## [Exercise description]
Look in the material below for the line with "v 3.874 0.995 0" and the line with "v 2.199 2.658 0", then set down exactly those two lines and all lines between, nothing more.

## [Supplied records]

-*-

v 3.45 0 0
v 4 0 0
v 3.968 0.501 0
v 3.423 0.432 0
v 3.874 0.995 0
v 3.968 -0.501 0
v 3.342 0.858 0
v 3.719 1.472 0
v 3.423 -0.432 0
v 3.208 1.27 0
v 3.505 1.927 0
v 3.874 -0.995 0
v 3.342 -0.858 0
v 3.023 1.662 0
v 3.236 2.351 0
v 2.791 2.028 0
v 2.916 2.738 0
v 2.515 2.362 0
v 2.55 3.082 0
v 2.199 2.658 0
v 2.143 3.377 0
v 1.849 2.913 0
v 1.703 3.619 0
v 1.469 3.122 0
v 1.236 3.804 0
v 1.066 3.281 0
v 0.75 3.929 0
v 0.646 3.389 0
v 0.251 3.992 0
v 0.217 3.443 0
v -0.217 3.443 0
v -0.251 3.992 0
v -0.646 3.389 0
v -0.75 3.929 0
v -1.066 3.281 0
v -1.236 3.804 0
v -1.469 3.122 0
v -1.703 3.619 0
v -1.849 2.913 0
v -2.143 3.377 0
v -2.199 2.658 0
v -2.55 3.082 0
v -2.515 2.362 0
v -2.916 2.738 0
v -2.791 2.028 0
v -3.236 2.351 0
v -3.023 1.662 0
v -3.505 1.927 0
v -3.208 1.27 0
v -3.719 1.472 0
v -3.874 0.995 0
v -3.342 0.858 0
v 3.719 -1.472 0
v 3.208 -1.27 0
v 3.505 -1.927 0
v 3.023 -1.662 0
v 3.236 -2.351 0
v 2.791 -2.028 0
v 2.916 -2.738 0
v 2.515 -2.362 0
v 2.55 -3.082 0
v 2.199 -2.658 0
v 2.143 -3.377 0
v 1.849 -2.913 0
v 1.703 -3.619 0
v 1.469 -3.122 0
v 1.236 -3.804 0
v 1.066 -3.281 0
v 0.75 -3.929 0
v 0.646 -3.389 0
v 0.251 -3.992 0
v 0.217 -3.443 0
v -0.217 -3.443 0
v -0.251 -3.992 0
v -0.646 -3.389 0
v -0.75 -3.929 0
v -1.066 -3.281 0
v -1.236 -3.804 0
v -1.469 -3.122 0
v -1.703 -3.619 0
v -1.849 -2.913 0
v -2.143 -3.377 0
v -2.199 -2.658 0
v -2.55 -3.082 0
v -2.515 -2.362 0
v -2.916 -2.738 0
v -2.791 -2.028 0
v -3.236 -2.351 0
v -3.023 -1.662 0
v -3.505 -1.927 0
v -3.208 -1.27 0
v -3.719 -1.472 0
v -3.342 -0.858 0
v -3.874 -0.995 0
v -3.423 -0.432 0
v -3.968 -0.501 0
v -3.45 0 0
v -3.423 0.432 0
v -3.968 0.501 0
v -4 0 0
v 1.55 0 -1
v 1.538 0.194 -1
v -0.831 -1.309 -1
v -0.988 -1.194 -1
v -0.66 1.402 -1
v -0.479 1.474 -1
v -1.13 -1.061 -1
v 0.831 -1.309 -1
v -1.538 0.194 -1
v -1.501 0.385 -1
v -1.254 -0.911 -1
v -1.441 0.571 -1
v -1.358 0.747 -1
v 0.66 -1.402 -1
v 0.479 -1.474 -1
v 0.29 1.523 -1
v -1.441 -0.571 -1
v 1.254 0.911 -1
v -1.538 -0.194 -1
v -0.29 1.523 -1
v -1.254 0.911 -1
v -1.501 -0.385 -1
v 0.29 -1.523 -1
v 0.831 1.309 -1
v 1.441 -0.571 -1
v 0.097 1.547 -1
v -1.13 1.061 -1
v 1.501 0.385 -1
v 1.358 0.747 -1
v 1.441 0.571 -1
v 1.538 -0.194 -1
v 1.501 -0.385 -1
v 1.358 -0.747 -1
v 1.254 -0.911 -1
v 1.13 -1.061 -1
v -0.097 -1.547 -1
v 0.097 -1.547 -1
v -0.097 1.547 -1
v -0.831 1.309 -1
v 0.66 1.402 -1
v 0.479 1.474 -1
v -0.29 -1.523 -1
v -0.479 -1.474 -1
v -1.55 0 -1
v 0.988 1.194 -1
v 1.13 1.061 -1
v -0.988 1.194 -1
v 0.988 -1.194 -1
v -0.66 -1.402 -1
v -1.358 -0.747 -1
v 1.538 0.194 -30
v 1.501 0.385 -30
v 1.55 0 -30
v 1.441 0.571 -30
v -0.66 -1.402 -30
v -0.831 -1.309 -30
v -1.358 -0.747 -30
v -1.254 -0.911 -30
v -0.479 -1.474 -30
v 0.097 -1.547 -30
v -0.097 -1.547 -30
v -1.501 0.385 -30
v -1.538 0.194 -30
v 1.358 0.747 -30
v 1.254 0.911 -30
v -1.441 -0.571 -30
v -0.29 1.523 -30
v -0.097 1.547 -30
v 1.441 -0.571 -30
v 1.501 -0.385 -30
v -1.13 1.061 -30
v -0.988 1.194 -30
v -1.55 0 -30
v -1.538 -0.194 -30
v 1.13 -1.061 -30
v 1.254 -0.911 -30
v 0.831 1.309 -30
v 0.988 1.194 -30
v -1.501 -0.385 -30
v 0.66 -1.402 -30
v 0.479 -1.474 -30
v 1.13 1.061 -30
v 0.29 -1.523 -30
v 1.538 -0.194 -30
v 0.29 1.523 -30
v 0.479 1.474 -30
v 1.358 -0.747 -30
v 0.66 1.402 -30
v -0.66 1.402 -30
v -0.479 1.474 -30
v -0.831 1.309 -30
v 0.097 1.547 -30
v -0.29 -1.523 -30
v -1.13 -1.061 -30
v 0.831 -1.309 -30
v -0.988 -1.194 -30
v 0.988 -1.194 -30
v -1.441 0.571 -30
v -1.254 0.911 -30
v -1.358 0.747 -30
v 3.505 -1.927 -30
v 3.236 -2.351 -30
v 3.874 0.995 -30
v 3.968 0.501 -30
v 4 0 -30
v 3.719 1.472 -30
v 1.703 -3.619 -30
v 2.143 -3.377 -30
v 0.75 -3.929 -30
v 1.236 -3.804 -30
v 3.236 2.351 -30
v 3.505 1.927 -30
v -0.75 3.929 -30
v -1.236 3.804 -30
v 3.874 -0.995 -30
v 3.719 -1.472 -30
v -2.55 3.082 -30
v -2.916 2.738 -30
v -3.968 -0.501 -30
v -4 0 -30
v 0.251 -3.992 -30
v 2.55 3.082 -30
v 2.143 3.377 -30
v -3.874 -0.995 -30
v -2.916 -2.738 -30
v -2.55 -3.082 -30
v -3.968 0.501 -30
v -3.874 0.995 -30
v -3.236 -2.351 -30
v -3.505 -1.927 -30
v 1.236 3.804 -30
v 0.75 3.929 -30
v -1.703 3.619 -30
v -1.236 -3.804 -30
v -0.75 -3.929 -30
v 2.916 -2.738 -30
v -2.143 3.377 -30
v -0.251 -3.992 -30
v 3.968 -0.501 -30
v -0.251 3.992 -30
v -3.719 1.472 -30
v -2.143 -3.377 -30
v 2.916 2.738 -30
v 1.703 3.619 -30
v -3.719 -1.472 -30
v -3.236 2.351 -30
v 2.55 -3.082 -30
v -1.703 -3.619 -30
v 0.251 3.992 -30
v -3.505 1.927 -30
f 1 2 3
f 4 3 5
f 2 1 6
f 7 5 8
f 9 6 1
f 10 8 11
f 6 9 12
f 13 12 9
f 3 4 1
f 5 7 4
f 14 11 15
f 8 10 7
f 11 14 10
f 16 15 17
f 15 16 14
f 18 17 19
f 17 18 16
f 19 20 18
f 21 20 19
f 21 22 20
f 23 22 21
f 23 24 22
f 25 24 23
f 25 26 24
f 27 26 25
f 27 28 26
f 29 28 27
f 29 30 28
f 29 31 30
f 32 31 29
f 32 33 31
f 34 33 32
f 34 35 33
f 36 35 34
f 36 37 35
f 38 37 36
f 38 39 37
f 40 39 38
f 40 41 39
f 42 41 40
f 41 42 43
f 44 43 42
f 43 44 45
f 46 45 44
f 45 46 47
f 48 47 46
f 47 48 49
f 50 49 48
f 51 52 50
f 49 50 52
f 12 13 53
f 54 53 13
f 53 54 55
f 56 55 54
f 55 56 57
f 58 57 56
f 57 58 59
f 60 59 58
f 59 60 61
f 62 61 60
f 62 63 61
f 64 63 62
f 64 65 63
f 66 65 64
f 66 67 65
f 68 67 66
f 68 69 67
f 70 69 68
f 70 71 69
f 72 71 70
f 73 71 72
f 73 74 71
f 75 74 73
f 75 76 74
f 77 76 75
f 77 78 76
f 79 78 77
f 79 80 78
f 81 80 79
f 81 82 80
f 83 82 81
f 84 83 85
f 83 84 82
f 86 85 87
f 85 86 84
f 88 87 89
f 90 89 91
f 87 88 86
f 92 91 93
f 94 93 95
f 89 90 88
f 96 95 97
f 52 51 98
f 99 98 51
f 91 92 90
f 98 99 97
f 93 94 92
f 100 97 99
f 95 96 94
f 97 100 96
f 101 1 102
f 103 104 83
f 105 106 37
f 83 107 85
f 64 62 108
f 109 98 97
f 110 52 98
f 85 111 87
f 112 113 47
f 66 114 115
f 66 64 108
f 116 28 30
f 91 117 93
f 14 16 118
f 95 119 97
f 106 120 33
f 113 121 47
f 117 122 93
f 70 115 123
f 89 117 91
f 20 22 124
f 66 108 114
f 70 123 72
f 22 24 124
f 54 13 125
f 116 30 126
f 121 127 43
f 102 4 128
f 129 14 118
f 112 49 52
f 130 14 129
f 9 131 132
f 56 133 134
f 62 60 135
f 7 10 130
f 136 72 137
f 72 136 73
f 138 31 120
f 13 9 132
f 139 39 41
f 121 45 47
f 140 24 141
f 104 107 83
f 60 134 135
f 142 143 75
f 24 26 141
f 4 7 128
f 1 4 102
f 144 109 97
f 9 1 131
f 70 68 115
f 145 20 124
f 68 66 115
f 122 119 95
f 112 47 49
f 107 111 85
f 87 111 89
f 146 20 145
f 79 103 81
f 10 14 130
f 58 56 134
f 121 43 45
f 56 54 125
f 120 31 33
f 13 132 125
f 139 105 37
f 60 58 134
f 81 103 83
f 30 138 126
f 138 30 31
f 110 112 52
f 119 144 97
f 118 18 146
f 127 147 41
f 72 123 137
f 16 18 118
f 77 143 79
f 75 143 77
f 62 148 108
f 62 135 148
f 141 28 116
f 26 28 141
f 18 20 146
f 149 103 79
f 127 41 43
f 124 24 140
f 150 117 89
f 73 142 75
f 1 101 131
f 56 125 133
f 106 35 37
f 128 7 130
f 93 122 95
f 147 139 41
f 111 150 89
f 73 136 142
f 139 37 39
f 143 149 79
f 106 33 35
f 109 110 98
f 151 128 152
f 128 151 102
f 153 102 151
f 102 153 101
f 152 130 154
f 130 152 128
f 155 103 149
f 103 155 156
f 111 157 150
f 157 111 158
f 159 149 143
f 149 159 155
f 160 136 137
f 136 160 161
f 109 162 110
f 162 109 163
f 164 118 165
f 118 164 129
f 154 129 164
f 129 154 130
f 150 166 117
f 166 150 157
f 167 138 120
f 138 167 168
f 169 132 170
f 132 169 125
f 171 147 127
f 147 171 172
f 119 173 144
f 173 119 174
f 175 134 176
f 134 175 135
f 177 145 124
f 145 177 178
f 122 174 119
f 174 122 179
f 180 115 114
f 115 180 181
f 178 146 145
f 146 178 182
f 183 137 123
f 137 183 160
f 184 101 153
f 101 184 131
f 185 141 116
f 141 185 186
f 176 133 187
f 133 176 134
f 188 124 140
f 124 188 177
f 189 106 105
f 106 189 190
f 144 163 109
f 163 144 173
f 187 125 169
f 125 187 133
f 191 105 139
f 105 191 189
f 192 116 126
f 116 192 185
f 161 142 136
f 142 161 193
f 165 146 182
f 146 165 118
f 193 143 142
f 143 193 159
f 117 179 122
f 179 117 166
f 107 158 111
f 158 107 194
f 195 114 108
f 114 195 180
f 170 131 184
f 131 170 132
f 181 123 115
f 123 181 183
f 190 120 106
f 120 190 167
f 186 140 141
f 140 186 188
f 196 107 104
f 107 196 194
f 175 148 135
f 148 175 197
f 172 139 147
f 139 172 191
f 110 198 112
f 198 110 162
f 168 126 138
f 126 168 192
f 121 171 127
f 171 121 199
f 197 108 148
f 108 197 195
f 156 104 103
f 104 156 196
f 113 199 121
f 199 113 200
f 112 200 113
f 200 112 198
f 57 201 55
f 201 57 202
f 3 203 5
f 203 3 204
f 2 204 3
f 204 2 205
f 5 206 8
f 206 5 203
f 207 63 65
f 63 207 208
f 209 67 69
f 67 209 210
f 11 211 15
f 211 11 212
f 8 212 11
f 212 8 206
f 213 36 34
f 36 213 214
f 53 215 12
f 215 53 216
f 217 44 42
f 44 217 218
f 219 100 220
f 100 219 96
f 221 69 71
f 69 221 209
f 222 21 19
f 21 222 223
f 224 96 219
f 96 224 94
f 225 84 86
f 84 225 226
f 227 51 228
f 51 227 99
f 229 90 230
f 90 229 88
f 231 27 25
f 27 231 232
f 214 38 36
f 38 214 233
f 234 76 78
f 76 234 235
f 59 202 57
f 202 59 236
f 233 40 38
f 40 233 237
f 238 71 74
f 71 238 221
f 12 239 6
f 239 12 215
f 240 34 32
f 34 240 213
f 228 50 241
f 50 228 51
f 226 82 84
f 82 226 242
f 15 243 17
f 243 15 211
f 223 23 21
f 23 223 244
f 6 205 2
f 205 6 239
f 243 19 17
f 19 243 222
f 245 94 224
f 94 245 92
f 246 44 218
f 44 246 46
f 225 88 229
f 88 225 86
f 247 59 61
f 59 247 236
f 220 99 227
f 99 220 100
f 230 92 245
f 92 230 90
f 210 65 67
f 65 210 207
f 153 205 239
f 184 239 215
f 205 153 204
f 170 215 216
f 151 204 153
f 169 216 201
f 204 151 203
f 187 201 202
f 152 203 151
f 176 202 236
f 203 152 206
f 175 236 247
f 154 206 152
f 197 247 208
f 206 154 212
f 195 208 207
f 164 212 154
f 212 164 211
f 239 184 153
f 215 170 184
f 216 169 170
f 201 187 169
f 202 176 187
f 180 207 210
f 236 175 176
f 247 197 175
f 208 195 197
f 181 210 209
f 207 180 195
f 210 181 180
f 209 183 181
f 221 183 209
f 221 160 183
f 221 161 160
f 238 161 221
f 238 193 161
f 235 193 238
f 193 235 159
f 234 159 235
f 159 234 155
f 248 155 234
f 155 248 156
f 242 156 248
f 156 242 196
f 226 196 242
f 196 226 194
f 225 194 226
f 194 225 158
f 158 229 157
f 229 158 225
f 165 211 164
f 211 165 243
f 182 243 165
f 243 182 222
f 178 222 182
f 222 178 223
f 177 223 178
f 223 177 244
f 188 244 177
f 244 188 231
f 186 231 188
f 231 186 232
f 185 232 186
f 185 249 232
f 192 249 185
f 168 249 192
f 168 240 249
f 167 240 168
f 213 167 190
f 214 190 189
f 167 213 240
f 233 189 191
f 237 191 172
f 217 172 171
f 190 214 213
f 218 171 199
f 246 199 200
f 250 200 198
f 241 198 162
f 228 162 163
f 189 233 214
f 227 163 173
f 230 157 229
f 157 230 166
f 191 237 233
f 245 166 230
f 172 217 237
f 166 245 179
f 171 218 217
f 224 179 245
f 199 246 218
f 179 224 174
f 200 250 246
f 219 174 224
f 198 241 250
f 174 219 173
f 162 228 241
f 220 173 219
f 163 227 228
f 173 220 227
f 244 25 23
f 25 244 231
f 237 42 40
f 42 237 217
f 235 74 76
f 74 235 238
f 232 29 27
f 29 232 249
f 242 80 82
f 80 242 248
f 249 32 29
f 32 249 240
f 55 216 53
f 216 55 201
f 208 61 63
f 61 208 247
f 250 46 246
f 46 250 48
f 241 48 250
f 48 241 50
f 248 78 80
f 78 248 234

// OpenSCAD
$fn = 50;

difference() {
	union() {
		translate(v = [0, 0, -30.0]) {
			cylinder(h = 33, r = 4.0);
		}
	}
	union() {
		translate(v = [0, 0, 0]) {
			rotate(a = [0, 0, 0]) {
				difference() {
					union() {
						translate(v = [0, 0, -33.0]) {
							cylinder(h = 33, r = 1.25);
						}
						translate(v = [0, 0, -1.0]) {
							cylinder(h = 1.0, r1 = 1.55, r2 = 3.45);
						}
						translate(v = [0, 0, -33.0]) {
							cylinder(h = 33, r = 1.55);
						}
						translate(v = [0, 0, -33.0]) {
							cylinder(h = 33, r = 1.25);
						}
					}
					union();
				}
			}
		}
		#cylinder(h = 3, r = 5.0);
	}
}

-*-

## [Reply to the exercise]
v 3.874 0.995 0
v 3.968 -0.501 0
v 3.342 0.858 0
v 3.719 1.472 0
v 3.423 -0.432 0
v 3.208 1.27 0
v 3.505 1.927 0
v 3.874 -0.995 0
v 3.342 -0.858 0
v 3.023 1.662 0
v 3.236 2.351 0
v 2.791 2.028 0
v 2.916 2.738 0
v 2.515 2.362 0
v 2.55 3.082 0
v 2.199 2.658 0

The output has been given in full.